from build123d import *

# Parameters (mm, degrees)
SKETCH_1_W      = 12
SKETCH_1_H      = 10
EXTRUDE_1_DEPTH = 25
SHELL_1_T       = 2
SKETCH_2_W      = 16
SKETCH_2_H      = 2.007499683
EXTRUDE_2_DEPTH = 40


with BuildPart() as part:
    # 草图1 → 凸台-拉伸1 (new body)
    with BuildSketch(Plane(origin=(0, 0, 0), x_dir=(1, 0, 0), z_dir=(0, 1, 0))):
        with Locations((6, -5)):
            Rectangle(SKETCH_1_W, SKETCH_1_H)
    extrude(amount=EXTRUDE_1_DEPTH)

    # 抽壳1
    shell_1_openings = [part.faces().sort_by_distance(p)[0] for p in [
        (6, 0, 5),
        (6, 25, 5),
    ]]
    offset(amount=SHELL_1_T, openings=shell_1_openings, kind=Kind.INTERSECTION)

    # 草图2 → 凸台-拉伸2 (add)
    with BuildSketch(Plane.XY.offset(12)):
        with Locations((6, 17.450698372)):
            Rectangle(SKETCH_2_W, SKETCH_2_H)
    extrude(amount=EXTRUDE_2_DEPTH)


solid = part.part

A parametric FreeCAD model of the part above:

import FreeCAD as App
import Part
import Sketcher
from FreeCAD import Vector


def faces_at(feature, points):
    """Names of the faces that lie closest to the given points."""
    faces = feature.Shape.Faces
    near = lambda p: min(range(len(faces)), key=lambda i: faces[i].distToShape(Part.Vertex(*p))[0])
    return sorted({f"Face{near(p) + 1}" for p in points})


def add_polygon(sketch, points):
    """Adds a closed chain of lines whose ends are joined by coincident constraints."""
    first, n = sketch.GeometryCount, len(points)
    for a, b in zip(points, points[1:] + points[:1]):
        sketch.addGeometry(Part.LineSegment(App.Vector(*a, 0), App.Vector(*b, 0)), False)
    for i in range(n):
        sketch.addConstraint(Sketcher.Constraint("Coincident", first + i, 2, first + (i + 1) % n, 1))

doc = App.newDocument("Part")
body = doc.addObject("PartDesign::Body", "Body")

# Sketch on XZ plane
sketch1 = body.newObject("Sketcher::SketchObject", "Sketch")
sketch1.AttachmentSupport = (doc.getObject("XZ_Plane"), [""])
sketch1.MapMode = "FlatFace"
add_polygon(sketch1, [(0, 0), (0, 10), (12, 10), (12, 0)])  # lines 0-3
sketch1.addConstraint([
    Sketcher.Constraint("Vertical", 0),
    Sketcher.Constraint("Horizontal", 1),
    Sketcher.Constraint("Vertical", 2),
    Sketcher.Constraint("Horizontal", 3),
    Sketcher.Constraint("Coincident", 3, 2, -1, 1),
    Sketcher.Constraint("DistanceX", 1, 1, 1, 2, 12.0),
    Sketcher.Constraint("DistanceY", 0, 1, 0, 2, 10.0),
])
pad1 = body.newObject("PartDesign::Pad", "Pad")
pad1.Profile = sketch1
pad1.Length = 25
pad1.Reversed = True
doc.recompute()

thickness = body.newObject("PartDesign::Thickness", "Thickness")
thickness.Base = (pad1, faces_at(pad1, [(6, 0, 5), (6, 25, 5)]))
thickness.Value = 2
thickness.Reversed = False
thickness.Join = "Intersection"

# Sketch on XY plane
sketch2 = body.newObject("Sketcher::SketchObject", "Sketch001")
sketch2.AttachmentSupport = (doc.getObject("XY_Plane"), [""])
sketch2.MapMode = "FlatFace"
sketch2.AttachmentOffset = App.Placement(Vector(0, 0, 12), App.Rotation())
add_polygon(sketch2, [(-2, 18.5), (-2, 16.4), (14, 16.4), (14, 18.5)])  # lines 0-3
sketch2.addConstraint([
    Sketcher.Constraint("Vertical", 0),
    Sketcher.Constraint("Horizontal", 1),
    Sketcher.Constraint("Vertical", 2),
    Sketcher.Constraint("Horizontal", 3),
    Sketcher.Constraint("DistanceX", 1, 1, 1, 2, 16.0),
    Sketcher.Constraint("DistanceX", 0, 2, -1, 1, 2.0),
    Sketcher.Constraint("DistanceY", 0, 2, 0, 1, 2.0075),
    Sketcher.Constraint("DistanceY", -1, 1, 0, 2, 16.446949),
])
pad2 = body.newObject("PartDesign::Pad", "Pad001")
pad2.Profile = sketch2
pad2.Length = 40

doc.recompute()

==*==

Report each line above that includes the string "Locations".

## WRITTEN ANSWER
        with Locations((6, -5)):
        with Locations((6, 17.450698372)):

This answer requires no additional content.